You now have a voice agent that answers from your knowledge base in short, speakable sentences and gracefully defers when it doesn't know.
Use it from your agent (framework-agnostic — the DB is the brain, the voice stack is swappable)
Voice RAG is just a knowledge table + retrieve + a brevity-constrained generate, called from any voice runtime:
- REST / SDK —
POST /v1/query/execute(any language), or@synapcores/sdkclient.executeQuery(...). On each caller question, run the Step-5 retrieve+generate query and send the one-sentence result straight to TTS. Drop it into Vapi, LiveKit Agents, Pipecat, Twilio, or Retell. - MCP (native, on by default) — point your voice runtime's MCP client at
ws://<your-instance>/mcp?token=<jwt>(JWT from onePOST /v1/auth/login→access_token). Thequerytool retrieves and generates the spoken answer; theexecutetool ingests new knowledge — voice RAG as a tool call inside the turn loop. - Any framework — the same knowledge base grounds a phone agent, a voice widget, or a text bot; the brevity instruction is the only voice-specific tweak.
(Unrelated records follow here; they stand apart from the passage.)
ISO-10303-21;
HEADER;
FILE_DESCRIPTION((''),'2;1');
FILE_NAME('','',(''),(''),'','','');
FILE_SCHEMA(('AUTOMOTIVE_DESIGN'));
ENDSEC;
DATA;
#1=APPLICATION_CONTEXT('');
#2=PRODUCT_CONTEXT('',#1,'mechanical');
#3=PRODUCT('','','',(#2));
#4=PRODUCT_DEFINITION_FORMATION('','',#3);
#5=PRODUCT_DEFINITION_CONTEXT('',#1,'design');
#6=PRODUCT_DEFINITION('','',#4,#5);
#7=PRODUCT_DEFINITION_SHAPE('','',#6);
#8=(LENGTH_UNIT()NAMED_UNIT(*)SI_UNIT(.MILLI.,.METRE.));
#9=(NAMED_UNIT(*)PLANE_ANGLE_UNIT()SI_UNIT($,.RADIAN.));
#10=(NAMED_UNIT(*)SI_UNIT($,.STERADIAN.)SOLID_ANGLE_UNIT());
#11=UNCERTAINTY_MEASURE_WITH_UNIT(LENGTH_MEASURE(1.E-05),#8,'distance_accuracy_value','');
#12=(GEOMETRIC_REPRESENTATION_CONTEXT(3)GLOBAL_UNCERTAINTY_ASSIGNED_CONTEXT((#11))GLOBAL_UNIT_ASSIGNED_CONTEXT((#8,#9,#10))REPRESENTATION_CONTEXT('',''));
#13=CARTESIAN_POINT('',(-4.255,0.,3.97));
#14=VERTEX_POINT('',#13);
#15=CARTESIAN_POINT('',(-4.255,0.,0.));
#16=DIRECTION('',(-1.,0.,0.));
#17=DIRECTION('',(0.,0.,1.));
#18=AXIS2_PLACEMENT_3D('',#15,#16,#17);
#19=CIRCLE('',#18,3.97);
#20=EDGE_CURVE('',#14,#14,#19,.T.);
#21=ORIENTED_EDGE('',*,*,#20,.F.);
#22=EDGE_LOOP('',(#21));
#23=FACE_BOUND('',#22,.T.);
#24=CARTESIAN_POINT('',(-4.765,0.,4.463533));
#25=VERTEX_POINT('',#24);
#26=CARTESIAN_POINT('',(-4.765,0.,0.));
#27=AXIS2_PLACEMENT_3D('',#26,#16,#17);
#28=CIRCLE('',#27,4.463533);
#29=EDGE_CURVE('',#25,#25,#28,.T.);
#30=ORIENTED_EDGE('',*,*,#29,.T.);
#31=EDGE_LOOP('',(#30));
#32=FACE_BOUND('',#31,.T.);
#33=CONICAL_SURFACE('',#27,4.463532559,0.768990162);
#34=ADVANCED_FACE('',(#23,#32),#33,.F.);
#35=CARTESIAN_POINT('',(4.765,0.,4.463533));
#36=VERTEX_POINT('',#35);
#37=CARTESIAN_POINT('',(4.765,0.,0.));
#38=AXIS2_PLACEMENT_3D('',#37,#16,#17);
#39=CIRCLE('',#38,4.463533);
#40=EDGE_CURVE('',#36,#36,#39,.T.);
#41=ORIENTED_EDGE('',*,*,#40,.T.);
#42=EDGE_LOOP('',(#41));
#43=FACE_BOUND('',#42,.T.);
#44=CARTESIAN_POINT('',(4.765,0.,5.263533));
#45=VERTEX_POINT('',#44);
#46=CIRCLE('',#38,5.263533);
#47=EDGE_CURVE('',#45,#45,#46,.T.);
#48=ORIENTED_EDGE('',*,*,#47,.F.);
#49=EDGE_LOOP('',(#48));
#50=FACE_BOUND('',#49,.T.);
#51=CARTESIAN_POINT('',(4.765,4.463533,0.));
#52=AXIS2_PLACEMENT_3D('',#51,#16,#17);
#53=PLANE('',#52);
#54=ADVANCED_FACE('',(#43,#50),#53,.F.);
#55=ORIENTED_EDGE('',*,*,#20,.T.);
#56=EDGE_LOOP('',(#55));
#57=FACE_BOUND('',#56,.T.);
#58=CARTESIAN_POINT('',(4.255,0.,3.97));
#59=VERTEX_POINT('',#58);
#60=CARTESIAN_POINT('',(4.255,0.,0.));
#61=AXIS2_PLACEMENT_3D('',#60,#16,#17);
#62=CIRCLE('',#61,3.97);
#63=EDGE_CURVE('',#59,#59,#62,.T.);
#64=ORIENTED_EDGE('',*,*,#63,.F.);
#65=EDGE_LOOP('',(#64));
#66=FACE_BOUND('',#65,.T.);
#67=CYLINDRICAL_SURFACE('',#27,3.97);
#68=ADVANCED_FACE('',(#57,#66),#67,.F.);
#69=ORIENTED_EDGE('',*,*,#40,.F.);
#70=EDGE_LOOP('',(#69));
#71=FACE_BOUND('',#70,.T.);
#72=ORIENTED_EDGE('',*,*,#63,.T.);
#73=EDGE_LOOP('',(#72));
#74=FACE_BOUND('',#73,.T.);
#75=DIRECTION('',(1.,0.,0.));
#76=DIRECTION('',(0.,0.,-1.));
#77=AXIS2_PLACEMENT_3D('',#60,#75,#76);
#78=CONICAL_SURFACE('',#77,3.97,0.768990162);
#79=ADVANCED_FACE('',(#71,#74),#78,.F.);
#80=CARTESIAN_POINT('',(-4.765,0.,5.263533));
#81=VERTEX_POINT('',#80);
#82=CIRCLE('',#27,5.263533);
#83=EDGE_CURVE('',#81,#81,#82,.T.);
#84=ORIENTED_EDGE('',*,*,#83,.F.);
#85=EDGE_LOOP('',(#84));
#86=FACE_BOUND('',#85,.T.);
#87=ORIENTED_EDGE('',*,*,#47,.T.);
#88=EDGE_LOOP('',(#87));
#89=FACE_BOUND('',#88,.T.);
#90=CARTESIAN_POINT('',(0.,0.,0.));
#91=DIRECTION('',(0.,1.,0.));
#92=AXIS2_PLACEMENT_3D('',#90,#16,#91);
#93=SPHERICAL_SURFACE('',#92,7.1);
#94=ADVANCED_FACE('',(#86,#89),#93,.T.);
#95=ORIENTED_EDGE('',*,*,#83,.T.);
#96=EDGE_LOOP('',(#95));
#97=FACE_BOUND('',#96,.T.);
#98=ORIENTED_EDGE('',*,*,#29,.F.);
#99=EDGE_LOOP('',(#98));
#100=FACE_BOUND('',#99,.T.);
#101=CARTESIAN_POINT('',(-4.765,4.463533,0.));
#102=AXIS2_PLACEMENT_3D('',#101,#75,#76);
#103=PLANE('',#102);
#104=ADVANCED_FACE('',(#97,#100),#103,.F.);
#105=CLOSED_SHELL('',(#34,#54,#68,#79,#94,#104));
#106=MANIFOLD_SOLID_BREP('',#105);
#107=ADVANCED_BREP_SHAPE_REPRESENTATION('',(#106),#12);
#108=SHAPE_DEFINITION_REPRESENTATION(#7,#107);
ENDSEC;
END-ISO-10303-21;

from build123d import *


with BuildPart() as part:
    # Sketch1 → Revolve1 (revolve)
    with BuildSketch(Plane.XY):
        with BuildLine():
            Line((-4.255, 3.97), (4.255, 3.97))
            Line((4.255, 3.97), (4.765, 4.463532559))
            Line((4.765, 4.463532559), (4.765, 5.263532559))
            ThreePointArc((4.765, 5.263532559), (0, 7.1), (-4.765, 5.263532559))
            Line((-4.765, 5.263532559), (-4.765, 4.463532559))
            Line((-4.765, 4.463532559), (-4.255, 3.97))
        make_face()
    revolve(axis=Axis((-4.765, 0, 0), (1, 0, 0)))


solid = part.part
The database is the brain; the framework (and the voice stack) is swappable.
Key Concepts Learned
- Voice RAG is chat RAG with a brevity constraint — retrieve the passage, generate one spoken sentence.
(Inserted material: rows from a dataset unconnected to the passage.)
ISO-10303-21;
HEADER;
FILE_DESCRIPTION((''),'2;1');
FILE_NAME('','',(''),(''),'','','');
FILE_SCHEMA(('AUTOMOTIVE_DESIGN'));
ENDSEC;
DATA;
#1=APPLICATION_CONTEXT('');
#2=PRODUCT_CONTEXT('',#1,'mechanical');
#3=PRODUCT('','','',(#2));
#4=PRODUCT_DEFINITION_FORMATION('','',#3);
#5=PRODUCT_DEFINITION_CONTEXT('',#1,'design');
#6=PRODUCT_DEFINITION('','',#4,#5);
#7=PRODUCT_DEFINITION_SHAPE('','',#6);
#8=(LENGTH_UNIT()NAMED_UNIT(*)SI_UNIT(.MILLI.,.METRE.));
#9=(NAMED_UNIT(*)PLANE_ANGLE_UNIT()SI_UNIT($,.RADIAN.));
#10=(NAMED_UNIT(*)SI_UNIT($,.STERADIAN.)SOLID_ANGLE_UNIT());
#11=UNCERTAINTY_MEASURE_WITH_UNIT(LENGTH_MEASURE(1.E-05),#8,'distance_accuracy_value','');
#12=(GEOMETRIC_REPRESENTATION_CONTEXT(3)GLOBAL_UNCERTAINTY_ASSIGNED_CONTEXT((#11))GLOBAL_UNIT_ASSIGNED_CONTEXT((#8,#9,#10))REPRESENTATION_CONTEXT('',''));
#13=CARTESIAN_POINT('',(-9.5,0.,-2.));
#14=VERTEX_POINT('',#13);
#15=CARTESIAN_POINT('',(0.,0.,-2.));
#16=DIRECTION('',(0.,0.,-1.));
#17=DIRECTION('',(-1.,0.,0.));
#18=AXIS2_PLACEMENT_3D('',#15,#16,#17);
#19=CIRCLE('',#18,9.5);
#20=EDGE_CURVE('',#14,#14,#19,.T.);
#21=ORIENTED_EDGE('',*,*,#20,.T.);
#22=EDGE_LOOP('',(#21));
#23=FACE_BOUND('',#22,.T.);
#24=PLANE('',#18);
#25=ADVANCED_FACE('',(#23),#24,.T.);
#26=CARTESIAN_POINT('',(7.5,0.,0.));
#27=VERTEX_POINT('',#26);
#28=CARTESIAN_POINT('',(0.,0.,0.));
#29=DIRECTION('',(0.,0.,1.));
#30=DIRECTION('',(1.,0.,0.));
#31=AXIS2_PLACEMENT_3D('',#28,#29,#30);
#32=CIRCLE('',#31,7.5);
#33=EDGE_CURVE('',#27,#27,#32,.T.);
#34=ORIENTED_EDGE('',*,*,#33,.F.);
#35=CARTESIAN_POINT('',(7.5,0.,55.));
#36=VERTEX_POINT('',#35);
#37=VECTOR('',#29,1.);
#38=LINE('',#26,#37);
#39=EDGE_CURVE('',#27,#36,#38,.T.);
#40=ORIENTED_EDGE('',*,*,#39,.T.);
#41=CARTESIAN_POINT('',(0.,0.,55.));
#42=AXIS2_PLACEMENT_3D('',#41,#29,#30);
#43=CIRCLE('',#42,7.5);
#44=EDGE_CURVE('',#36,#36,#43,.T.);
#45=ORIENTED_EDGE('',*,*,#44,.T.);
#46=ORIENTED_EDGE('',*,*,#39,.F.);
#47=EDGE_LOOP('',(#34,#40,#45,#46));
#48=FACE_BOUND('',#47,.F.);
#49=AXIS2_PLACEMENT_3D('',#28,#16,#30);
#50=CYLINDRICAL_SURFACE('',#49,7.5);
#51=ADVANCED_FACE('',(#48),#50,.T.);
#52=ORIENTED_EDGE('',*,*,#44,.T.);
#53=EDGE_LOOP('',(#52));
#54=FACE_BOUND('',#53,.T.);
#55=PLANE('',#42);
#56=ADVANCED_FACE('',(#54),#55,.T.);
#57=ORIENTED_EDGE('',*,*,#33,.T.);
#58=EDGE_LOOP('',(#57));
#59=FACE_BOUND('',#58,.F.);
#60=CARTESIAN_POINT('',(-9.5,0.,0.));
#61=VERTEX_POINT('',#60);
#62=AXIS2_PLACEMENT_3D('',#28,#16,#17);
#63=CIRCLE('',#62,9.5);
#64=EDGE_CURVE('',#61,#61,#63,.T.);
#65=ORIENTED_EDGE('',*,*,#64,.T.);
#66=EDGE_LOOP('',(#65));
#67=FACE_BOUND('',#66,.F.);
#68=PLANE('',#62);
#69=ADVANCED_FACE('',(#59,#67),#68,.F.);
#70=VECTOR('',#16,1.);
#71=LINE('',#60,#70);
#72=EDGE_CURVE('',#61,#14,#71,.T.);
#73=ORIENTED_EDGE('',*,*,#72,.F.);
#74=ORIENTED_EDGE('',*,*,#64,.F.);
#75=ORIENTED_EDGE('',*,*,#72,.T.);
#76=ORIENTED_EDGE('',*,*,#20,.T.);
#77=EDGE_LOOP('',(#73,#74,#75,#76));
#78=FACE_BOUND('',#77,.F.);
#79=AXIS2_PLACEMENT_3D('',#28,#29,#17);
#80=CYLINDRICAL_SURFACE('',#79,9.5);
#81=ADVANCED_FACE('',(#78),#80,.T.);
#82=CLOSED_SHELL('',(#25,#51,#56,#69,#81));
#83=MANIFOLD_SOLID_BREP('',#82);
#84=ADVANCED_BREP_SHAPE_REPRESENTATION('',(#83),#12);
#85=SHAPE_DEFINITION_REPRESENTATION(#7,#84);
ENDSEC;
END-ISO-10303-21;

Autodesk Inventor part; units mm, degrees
ref_plane "YZ Plane" through (0, 0, 0) normal (1, 0, 0) x (0, 1, 0)
ref_plane "XZ Plane" through (0, 0, 0) normal (0, 1, 0) x (-1, 0, 0)
ref_plane "XY Plane" through (0, 0, 0) normal (0, 0, 1) x (1, 0, 0)
sketch "Sketch1" plane through (0, 0, 0) normal (0, 0, 1) x (1, 0, 0)
  circle A0 centre (0, 0) radius 7.5
  dimension "d0" = 15
extrude "Extrusion1" add sketch "Sketch1" along normal blind 55
sketch "Sketch2" plane through (0, 0, 0) normal (0, 0, -1) x (-1, 0, 0)
  circle A0 centre (0, 0) radius 9.5
  dimension "d3" = 19
extrude "Extrusion2" add sketch "Sketch2" along normal blind 2
properties part number "Randomization Stick"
- The "use only the context, else defer" instruction prevents on-call hallucination, the worst voice failure.
- Keeping answers to one sentence makes them natural through TTS and keeps latency low.
- Because it's plain data ops (SQL / REST / MCP), voice RAG works with any STT/TTS stack — the database-as-the-brain pattern the voice cluster builds on.